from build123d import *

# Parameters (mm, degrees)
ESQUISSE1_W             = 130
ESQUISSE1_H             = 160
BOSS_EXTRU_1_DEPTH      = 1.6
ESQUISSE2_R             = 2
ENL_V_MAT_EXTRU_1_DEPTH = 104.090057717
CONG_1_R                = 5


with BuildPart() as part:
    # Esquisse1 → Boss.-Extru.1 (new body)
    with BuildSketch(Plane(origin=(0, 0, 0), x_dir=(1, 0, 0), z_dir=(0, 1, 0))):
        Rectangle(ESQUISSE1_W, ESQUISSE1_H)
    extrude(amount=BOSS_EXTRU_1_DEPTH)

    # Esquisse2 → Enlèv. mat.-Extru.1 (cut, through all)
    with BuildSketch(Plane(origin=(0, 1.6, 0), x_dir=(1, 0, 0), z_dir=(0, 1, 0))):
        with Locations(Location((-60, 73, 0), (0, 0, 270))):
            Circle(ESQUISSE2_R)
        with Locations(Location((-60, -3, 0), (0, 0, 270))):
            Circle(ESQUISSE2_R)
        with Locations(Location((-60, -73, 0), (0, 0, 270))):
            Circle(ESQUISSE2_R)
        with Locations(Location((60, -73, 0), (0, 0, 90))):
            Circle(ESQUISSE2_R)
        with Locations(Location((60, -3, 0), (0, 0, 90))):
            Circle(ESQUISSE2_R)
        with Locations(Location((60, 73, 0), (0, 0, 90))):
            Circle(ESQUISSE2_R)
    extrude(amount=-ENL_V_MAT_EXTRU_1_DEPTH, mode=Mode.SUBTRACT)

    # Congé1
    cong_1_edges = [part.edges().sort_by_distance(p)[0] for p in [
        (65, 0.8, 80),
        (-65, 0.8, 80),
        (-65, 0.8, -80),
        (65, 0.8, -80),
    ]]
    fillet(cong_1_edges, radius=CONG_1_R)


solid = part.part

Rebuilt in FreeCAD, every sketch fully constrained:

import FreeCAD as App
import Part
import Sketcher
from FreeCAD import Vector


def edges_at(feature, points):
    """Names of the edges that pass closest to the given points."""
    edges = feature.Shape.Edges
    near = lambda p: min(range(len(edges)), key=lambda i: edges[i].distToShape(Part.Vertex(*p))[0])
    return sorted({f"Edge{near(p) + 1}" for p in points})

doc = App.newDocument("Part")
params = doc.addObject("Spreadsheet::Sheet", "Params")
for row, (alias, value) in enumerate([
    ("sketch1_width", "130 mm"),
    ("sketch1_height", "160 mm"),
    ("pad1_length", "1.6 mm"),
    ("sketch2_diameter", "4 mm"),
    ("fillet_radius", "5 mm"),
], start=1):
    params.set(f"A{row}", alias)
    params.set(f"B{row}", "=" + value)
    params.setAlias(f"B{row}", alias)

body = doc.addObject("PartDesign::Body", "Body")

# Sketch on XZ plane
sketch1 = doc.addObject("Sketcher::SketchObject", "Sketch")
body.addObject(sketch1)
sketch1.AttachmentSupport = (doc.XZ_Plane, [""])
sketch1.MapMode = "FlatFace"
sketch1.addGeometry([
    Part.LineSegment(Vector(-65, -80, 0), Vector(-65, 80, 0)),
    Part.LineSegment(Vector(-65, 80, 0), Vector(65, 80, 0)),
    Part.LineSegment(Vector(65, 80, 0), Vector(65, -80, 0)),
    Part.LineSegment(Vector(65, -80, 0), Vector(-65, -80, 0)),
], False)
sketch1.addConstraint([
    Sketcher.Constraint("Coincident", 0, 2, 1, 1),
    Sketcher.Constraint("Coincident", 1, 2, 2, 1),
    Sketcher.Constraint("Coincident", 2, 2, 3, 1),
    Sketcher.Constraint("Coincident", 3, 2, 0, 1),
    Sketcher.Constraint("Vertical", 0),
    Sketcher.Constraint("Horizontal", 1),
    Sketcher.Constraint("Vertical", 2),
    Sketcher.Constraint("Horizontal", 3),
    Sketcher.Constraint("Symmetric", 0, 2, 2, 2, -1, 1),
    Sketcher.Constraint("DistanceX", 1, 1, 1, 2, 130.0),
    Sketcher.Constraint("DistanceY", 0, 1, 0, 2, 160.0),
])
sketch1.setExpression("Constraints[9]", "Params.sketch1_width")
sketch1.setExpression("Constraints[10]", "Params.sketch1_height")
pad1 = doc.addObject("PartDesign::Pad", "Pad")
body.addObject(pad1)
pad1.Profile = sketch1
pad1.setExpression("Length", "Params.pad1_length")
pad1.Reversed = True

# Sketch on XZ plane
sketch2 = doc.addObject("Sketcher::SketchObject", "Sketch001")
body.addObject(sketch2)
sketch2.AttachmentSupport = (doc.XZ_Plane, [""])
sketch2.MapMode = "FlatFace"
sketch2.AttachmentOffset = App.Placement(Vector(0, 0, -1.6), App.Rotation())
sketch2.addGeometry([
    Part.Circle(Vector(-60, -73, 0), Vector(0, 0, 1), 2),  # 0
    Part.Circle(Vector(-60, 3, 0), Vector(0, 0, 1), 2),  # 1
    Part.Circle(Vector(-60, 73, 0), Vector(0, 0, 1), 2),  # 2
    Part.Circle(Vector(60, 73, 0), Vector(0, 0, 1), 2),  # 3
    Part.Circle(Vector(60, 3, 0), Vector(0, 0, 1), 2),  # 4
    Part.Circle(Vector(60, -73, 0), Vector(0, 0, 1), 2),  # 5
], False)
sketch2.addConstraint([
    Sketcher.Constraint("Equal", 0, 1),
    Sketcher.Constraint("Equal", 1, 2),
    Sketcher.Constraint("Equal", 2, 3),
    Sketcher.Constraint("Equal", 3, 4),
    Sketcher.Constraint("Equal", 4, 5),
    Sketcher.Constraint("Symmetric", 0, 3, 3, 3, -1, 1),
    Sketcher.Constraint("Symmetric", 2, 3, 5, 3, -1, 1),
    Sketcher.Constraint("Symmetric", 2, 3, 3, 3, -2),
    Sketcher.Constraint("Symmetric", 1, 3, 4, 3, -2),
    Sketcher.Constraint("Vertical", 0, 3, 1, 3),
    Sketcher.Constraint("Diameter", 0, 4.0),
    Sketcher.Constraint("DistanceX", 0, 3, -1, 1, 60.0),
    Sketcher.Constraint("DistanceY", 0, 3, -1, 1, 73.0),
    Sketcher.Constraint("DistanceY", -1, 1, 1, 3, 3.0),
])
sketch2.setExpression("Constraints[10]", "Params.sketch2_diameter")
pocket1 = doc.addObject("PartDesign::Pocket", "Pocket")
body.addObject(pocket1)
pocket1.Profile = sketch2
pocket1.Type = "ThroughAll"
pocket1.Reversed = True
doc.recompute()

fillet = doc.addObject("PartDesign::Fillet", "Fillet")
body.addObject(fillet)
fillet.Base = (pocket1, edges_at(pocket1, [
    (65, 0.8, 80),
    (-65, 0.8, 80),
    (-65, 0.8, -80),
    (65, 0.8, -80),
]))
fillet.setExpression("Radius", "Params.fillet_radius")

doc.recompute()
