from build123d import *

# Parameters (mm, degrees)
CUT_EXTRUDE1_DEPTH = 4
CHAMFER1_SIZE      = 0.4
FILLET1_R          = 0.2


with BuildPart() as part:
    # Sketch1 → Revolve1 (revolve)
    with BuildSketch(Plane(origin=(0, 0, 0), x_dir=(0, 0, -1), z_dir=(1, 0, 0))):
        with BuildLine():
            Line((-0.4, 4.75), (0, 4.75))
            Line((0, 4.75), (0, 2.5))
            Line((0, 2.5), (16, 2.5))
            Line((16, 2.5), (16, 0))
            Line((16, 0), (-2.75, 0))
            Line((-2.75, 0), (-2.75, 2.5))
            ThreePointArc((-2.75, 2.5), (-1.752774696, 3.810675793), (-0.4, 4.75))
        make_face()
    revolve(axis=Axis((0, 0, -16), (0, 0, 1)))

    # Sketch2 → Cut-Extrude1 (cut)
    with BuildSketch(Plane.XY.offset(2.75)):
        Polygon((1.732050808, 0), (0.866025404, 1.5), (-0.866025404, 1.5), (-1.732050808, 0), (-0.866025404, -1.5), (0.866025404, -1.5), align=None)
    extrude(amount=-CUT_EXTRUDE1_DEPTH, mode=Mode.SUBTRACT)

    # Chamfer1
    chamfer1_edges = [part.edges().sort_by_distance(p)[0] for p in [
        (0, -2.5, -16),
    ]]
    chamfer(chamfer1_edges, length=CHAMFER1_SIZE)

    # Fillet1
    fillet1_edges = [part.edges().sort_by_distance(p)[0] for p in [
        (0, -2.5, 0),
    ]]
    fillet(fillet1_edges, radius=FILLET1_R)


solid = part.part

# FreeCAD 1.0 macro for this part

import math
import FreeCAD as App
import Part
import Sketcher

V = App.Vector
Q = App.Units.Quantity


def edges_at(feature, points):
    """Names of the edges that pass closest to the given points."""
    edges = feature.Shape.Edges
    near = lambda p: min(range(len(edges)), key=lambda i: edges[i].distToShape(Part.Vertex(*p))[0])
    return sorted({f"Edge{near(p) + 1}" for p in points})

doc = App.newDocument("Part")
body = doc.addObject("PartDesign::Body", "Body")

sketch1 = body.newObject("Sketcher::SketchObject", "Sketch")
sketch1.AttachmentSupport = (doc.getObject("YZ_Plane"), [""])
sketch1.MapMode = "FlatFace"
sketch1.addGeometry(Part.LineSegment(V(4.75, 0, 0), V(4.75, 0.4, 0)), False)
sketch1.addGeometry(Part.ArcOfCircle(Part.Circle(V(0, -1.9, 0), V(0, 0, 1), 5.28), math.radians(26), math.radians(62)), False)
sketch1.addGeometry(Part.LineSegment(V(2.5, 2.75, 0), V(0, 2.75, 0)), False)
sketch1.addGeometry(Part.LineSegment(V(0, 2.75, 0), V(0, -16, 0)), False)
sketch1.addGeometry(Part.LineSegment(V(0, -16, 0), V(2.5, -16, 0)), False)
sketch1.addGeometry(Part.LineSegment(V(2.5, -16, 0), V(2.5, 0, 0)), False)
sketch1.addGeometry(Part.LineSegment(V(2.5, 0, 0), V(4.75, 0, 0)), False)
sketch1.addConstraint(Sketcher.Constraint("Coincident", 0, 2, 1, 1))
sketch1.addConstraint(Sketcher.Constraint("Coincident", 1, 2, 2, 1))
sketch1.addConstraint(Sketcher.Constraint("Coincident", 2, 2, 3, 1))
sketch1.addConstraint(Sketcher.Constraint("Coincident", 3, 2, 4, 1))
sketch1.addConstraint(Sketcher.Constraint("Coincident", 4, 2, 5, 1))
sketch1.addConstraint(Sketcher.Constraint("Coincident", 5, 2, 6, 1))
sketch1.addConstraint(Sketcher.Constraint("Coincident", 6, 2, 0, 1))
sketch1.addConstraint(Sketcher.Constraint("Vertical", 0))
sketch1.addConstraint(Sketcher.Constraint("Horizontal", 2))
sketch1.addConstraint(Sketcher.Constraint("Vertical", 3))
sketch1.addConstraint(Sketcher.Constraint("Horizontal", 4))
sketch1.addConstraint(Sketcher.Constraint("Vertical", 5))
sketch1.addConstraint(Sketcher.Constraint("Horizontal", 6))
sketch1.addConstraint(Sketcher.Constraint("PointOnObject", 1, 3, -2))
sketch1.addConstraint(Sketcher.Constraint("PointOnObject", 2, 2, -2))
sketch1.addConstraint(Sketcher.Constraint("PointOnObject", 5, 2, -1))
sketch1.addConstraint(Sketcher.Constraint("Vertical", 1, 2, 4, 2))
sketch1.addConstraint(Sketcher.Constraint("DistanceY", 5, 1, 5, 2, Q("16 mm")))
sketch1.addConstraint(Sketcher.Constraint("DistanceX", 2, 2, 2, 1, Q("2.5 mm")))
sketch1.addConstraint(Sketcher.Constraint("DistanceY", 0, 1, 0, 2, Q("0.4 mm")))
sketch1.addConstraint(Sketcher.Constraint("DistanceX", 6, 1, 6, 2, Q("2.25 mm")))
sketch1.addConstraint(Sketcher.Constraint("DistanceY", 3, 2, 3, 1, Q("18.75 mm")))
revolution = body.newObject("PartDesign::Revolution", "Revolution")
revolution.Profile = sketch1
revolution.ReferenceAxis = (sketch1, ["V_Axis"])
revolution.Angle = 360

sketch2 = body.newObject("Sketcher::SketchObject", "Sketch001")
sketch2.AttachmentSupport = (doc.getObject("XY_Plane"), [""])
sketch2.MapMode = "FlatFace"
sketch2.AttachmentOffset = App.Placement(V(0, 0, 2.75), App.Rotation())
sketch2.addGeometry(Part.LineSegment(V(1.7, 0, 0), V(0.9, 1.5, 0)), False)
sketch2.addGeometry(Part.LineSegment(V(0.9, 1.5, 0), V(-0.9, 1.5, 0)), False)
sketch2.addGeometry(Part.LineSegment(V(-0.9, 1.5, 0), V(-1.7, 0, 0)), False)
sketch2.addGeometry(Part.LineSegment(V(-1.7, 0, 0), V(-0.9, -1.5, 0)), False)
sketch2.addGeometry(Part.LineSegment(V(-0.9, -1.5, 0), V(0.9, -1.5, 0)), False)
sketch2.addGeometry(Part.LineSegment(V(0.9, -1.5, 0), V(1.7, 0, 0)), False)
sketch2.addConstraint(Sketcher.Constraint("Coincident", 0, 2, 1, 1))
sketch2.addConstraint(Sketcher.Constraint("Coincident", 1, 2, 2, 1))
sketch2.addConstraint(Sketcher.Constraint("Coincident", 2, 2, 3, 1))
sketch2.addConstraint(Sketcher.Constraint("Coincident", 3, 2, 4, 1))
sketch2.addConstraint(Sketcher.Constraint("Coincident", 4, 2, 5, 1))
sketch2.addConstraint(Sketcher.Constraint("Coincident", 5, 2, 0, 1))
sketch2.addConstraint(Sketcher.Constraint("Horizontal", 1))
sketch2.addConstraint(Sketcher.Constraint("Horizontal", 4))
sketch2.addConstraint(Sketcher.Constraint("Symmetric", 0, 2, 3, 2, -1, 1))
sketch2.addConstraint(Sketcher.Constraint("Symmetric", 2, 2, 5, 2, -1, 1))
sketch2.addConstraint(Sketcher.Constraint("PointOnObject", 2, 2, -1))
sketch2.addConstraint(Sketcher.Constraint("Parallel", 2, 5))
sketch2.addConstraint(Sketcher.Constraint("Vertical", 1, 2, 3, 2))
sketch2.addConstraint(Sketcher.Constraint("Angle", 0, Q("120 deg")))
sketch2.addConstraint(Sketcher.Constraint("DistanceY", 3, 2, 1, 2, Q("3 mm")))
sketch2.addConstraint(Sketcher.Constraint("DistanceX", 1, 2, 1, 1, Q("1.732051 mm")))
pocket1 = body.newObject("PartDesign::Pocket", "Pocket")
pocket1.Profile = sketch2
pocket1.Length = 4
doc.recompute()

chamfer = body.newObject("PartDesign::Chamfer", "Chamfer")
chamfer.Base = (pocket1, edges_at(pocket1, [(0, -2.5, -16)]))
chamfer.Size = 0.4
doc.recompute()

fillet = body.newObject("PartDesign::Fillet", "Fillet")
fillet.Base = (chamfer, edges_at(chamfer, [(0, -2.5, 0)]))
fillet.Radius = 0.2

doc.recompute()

= = =

• ACTIVITY: From the line that has "Line((-2.75, 0), (-2.75, 2.5))" through the line that has "# FreeCAD 1.0 macro for this part", copy every line exactly as it appears above, and leave out all others.

• OUTPUT FOR THIS EXERCISE:
            Line((-2.75, 0), (-2.75, 2.5))
            ThreePointArc((-2.75, 2.5), (-1.752774696, 3.810675793), (-0.4, 4.75))
        make_face()
    revolve(axis=Axis((0, 0, -16), (0, 0, 1)))

    # Sketch2 → Cut-Extrude1 (cut)
    with BuildSketch(Plane.XY.offset(2.75)):
        Polygon((1.732050808, 0), (0.866025404, 1.5), (-0.866025404, 1.5), (-1.732050808, 0), (-0.866025404, -1.5), (0.866025404, -1.5), align=None)
    extrude(amount=-CUT_EXTRUDE1_DEPTH, mode=Mode.SUBTRACT)

    # Chamfer1
    chamfer1_edges = [part.edges().sort_by_distance(p)[0] for p in [
        (0, -2.5, -16),
    ]]
    chamfer(chamfer1_edges, length=CHAMFER1_SIZE)

    # Fillet1
    fillet1_edges = [part.edges().sort_by_distance(p)[0] for p in [
        (0, -2.5, 0),
    ]]
    fillet(fillet1_edges, radius=FILLET1_R)


solid = part.part

# FreeCAD 1.0 macro for this part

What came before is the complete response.